Грибоедов, получив очередной картель (уже третий по счету! хотя он никогда никого сознательно не задевал и не обижал), не стал раздувать дела, извинился за неловкую шутку и предложил все забыть. Муравьев с облегчением согласился помириться, с условием, что Грибоедов нигде не разгласит этой истории и перестанет над ним смеяться. Александр дал слово, и тем все кончилось, но у Муравьева осталось неприятное воспоминание о совершенной глупости, Боборыкин приобрел репутацию «переносчика» (ибо это он пересказал Муравьеву насмешки Грибоедова), а для Грибоедова происшествие стало единственной ложкой дегтя в бочке грузинского меда. Он приложил все свои дипломатические способности, чтобы не прервать занятий с Муравьевым, которые казались ему важными: если вдруг Россия все-таки вступит в войну с Турцией, знание турецкого ему пригодится; если не вступит — он сможет на худой конец объясняться с каджарами на их родном языке.
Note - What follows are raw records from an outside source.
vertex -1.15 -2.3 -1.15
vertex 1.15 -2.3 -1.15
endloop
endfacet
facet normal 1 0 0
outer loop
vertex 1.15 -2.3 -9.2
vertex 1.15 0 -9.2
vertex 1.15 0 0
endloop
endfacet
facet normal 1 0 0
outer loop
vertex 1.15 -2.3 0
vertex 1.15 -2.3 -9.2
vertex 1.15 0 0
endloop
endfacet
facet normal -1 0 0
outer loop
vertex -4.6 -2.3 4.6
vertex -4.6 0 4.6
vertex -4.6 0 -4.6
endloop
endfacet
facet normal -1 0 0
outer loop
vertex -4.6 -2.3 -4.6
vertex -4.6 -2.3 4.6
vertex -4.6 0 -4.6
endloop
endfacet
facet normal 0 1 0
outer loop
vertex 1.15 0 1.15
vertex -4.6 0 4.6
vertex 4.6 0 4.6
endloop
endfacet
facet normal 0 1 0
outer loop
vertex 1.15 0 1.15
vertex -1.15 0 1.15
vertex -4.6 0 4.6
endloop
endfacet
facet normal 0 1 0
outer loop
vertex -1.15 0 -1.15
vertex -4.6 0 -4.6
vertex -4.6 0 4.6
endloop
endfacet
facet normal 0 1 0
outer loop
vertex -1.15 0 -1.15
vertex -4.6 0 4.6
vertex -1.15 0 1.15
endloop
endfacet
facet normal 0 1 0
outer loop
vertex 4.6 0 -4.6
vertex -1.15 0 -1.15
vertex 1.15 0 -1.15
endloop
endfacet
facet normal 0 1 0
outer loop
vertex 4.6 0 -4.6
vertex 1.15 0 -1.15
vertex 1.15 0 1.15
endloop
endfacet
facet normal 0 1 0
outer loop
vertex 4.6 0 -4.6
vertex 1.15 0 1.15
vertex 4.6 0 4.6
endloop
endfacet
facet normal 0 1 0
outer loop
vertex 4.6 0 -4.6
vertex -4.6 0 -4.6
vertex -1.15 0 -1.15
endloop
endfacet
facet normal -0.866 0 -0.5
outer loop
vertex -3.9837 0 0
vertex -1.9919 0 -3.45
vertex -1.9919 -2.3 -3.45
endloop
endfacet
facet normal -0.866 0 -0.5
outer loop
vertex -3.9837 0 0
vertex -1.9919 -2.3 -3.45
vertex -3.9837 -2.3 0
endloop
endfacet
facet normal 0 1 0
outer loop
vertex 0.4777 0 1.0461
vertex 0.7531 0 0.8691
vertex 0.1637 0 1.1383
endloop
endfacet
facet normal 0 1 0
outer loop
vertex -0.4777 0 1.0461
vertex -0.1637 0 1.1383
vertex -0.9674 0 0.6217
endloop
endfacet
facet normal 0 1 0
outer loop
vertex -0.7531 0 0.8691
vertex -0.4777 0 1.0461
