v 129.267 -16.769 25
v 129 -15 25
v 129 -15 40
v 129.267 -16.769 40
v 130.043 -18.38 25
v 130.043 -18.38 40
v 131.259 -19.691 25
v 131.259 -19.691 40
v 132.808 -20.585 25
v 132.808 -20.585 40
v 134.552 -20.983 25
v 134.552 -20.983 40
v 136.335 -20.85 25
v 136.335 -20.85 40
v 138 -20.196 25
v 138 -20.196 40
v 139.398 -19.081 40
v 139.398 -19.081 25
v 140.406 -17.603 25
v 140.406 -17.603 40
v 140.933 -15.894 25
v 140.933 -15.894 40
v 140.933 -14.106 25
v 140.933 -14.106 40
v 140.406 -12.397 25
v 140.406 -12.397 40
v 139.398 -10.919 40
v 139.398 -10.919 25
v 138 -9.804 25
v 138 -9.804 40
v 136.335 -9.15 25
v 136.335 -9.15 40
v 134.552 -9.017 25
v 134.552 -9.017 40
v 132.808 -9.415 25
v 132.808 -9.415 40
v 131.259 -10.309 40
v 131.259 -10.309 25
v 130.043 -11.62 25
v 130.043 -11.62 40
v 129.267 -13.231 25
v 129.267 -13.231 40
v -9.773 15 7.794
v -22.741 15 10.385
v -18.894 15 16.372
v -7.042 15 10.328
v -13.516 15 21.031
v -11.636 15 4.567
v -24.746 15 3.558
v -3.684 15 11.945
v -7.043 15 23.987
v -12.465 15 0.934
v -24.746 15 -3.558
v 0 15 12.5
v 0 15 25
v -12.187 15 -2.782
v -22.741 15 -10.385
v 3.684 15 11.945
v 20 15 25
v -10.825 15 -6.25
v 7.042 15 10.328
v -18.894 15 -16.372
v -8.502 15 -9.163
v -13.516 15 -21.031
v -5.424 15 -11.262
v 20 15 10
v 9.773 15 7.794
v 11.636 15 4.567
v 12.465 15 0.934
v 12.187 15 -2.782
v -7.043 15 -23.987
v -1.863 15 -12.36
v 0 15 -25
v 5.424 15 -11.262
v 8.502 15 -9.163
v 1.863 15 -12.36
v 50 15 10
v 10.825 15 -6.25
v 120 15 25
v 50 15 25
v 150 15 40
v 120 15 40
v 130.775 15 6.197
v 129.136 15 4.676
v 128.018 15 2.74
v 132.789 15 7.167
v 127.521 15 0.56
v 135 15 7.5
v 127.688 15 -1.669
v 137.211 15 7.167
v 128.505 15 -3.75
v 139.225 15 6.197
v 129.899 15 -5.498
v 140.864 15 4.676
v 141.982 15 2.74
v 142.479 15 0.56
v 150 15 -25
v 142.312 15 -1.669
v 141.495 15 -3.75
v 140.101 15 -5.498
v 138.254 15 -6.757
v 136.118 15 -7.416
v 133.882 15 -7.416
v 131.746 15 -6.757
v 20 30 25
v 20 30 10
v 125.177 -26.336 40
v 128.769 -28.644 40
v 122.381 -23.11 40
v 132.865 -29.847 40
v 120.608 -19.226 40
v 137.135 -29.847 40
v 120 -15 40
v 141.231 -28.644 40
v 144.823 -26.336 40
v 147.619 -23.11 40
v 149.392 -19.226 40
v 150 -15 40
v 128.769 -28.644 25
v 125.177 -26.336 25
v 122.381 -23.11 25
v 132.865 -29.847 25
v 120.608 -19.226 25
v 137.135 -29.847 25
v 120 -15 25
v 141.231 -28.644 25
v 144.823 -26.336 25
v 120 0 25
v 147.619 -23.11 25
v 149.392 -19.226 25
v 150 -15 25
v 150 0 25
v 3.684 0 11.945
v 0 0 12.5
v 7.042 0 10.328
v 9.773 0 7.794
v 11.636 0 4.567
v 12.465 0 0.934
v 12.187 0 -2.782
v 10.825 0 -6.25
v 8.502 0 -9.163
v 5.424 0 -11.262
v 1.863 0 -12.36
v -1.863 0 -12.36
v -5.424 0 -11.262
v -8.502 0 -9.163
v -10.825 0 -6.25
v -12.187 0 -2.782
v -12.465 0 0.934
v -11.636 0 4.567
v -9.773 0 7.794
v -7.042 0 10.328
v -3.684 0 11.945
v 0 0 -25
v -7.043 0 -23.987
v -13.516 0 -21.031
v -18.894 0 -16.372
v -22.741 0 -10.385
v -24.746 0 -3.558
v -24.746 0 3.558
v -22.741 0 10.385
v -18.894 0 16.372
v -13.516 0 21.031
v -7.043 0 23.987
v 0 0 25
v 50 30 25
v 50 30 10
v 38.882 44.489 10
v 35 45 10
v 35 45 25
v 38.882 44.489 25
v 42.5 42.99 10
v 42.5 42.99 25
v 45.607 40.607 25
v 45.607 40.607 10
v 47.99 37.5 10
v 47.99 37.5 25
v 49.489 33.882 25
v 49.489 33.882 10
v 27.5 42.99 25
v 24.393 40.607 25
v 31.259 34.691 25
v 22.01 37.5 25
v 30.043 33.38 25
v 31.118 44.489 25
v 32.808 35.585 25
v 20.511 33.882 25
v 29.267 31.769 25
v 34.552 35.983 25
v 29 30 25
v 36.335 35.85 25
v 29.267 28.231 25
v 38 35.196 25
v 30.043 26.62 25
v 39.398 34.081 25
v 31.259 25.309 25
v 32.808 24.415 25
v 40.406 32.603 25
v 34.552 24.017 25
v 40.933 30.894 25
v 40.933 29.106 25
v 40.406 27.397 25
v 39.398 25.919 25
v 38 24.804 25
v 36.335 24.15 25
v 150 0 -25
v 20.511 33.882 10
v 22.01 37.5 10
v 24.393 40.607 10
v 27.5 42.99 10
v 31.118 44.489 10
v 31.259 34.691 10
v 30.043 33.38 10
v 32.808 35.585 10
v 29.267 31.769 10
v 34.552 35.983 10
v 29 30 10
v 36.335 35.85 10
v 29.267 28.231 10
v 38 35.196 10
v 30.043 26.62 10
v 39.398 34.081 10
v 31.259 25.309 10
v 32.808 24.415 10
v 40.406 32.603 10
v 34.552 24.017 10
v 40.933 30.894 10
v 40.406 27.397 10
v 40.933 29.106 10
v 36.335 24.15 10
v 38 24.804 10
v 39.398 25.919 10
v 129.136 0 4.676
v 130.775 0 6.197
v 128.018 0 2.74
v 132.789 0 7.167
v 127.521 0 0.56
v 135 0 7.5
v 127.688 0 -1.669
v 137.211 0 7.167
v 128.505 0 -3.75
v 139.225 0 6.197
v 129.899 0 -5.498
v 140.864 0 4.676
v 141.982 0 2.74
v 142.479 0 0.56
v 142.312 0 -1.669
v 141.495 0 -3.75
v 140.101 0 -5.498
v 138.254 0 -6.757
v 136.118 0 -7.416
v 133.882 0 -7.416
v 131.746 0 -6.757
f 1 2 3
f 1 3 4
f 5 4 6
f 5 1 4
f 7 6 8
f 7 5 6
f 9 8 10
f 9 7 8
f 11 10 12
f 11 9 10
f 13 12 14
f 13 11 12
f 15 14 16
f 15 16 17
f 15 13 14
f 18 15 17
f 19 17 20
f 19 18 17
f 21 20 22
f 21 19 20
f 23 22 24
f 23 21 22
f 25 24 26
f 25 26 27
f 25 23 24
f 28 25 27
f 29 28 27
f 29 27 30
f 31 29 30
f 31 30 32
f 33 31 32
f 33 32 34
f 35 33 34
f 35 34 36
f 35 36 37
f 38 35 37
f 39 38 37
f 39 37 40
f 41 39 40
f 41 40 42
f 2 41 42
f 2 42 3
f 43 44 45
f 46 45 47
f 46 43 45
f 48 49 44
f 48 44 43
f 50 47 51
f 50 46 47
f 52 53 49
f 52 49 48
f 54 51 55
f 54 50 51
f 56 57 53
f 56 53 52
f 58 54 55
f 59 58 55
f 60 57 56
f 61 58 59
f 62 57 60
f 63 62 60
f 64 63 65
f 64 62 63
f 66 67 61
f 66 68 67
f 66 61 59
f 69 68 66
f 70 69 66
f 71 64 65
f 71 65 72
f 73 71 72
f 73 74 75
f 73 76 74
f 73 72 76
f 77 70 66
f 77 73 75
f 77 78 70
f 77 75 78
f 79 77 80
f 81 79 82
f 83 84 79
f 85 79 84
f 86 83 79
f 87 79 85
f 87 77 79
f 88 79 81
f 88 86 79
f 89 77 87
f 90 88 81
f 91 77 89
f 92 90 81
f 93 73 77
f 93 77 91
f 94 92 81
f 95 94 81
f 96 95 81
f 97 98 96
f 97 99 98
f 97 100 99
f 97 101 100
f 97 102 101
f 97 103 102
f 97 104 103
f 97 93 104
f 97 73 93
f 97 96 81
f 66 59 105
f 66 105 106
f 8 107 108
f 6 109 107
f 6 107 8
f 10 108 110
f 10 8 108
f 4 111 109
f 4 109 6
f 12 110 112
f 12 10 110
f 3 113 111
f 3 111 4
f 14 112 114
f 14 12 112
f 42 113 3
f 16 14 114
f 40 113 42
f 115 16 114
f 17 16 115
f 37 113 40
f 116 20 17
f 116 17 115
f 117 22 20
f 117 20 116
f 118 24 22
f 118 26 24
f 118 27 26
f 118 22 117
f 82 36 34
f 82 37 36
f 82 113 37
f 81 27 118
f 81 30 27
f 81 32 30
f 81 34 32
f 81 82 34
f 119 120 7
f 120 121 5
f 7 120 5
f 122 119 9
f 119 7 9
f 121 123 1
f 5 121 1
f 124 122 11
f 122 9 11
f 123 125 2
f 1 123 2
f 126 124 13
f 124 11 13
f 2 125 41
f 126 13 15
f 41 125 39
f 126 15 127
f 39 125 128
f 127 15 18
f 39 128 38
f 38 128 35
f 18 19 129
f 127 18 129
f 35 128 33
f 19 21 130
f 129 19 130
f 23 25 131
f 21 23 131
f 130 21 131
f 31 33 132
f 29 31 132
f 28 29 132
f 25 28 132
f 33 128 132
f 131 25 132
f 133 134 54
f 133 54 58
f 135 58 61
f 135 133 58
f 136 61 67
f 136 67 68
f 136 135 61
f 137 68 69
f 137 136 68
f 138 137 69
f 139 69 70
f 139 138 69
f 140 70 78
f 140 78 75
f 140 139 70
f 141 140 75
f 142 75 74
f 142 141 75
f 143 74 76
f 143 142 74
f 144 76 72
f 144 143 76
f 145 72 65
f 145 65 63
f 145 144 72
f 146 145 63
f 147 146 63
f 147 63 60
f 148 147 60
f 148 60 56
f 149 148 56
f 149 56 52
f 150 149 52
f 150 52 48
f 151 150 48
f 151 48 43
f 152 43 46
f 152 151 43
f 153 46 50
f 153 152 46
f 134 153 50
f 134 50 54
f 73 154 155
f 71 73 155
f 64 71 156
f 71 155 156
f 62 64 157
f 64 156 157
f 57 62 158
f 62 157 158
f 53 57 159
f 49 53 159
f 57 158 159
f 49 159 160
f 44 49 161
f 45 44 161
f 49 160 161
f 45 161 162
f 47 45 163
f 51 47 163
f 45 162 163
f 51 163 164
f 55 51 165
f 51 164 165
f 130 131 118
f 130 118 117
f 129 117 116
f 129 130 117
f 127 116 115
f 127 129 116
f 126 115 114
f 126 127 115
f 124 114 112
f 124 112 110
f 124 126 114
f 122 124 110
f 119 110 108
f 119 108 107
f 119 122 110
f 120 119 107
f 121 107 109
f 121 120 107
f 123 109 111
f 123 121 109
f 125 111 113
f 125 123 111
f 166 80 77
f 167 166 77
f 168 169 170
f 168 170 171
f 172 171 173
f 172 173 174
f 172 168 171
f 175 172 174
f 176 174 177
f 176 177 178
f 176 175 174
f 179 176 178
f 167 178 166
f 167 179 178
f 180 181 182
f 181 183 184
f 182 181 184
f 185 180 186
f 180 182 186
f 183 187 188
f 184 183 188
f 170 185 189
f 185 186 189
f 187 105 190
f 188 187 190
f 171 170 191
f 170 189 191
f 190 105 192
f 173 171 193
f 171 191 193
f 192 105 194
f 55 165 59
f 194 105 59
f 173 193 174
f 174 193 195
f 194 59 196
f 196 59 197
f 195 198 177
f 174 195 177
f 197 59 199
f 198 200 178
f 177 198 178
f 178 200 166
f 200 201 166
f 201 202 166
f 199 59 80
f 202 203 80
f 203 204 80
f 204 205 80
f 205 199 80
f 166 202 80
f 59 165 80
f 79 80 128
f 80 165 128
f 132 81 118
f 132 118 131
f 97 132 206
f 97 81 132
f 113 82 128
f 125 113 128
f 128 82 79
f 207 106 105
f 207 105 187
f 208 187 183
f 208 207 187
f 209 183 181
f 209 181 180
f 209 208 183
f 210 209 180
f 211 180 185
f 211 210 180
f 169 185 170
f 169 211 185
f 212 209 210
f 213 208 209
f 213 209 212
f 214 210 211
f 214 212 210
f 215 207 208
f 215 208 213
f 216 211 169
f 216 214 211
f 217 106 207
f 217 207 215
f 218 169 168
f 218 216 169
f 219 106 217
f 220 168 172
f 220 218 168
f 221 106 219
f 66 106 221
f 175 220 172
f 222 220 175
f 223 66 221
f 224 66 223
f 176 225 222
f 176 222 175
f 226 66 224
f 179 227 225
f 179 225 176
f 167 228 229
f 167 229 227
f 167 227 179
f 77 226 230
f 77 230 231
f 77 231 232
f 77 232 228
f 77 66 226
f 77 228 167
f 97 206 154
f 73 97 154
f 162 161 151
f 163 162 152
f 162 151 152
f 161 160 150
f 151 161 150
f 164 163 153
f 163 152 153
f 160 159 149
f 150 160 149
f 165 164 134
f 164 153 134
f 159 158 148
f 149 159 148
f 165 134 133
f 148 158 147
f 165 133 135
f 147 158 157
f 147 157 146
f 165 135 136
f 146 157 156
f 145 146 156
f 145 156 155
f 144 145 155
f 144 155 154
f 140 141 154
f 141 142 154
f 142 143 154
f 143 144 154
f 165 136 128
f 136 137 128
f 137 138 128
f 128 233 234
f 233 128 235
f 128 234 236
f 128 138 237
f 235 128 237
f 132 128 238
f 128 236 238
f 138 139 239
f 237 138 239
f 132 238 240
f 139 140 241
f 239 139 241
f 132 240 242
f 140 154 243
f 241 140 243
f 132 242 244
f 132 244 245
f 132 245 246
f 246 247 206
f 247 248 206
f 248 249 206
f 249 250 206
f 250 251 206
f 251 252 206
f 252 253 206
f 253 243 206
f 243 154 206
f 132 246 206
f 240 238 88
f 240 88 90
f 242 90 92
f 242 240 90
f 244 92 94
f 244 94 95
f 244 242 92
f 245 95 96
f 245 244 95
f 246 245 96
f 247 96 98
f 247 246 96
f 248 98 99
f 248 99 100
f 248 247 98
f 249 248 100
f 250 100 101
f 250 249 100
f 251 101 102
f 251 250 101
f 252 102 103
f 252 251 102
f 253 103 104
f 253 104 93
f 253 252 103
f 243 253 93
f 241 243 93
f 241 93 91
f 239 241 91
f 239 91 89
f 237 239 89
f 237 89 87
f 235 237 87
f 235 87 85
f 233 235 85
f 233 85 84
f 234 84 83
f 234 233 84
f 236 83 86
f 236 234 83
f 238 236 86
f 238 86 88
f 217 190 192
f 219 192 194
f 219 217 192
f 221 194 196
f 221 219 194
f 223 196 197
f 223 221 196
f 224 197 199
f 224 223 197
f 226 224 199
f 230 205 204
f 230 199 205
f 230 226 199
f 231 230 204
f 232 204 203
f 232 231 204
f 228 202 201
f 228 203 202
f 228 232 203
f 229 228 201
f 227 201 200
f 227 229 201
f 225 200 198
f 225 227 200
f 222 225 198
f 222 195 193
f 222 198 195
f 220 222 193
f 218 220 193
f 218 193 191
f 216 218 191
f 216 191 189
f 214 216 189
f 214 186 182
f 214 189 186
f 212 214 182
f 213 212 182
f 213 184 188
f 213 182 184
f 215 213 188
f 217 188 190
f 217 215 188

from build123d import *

# Parameters (mm, degrees)
SKETCH1_R           = 12.5
SKETCH1_R_2         = 7.5
BOSS_EXTRUDE1_DEPTH = 15
SKETCH1_3_W         = 30
SKETCH1_3_H         = 15
BOSS_EXTRUDE2_DEPTH = 45
BOSS_EXTRUDE3_START = 15
SKETCH1_4_W         = 30
SKETCH1_4_H         = 15
BOSS_EXTRUDE3_DEPTH = 45
CUT_EXTRUDE1_START  = 10
SKETCH3_R           = 6
CUT_EXTRUDE1_DEPTH  = 30


with BuildPart() as part:
    # Sketch1 → Boss-Extrude1 (new body)
    with BuildSketch(Plane(origin=(0, 0, 0), x_dir=(1, 0, 0), z_dir=(0, 1, 0))):
        with BuildLine():
            Line((150, 25), (0, 25))
            ThreePointArc((0, 25), (-25, 0), (0, -25))
            Line((0, -25), (20, -25))
            Line((20, -25), (20, -10))
            Line((20, -10), (50, -10))
            Line((50, -10), (50, -25))
            Line((50, -25), (120, -25))
            Line((120, -25), (150, -25))
            Line((150, -25), (150, 25))
        make_face()
        with Locations(Location((0, 0, 0), (0, 0, 270))):
            Circle(SKETCH1_R, mode=Mode.SUBTRACT)
        with Locations(Location((135, 0, 0), (0, 0, 270))):
            Circle(SKETCH1_R_2, mode=Mode.SUBTRACT)
    extrude(amount=BOSS_EXTRUDE1_DEPTH)

    # Sketch1<3> → Boss-Extrude2 (add)
    with BuildSketch(Plane(origin=(0, 0, 0), x_dir=(1, 0, 0), z_dir=(0, 1, 0))):
        with Locations((35, -17.5)):
            Rectangle(SKETCH1_3_W, SKETCH1_3_H)
    extrude(amount=BOSS_EXTRUDE2_DEPTH)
Пожалуй, дружеские отношения с Аббасом-мирзой и англичанами давались Александру легче, чем с самолюбивым до уродливости Николаем Николаевичем. Тот еще дважды или трижды пытался рассориться, но всякий раз мирился, покоренный любезностью, образованностью и умом Грибоедова.
Александр отчасти сочувствовал обидчивости Муравьева; он видел, как неприятно тому жить без друзей, не понимая, что сам во всем виноват, и требовать к себе уважения под угрозой пистолета. Грибоедов же всюду чувствовал себя в братском кругу. В этот приезд в Тифлис он встретил прежнего сослуживца по Коллегии иностранных дел Вильгельма Карловича Кюхельбекера. По выходе из лицея юноша несколько лет бедствовал, подрабатывал уроками, потом уехал в Париж, но был отозван обратно за слишком смелые лекции (о русской литературе), а в октябре 1821 года получил назначение чиновником особых поручений при Ермолове. В Петербурге Грибоедов почти не обращал внимания на нескладного и взбалмошного юнца, но в Тифлисе он оценил его общество.
К этому времени Грибоедов ясно осознал, что не может написать ничего выдающегося, если ему некому прочитать написанное. Русский язык был для него прежде всего и по преимуществу языком
Свои громадные творческие силы он предпочитал вкладывать в драматические произведения, где автор целиком скрывался за словами различных персонажей и как бы не выражал собственных мыслей и чувств. Но если стихи часто рассчитывались на читателей, а не слушателей, то драмы всегда и всюду готовились для произнесения со сцены. В Персии Грибоедов много раздумывал о плане своей будущей пьесы, но не сочинил ни одной связной строки, поскольку никто не мог сказать ему, хорошо ли это звучит. В Тифлисе он обрел идеального наперсника — поэта Кюхельбекера.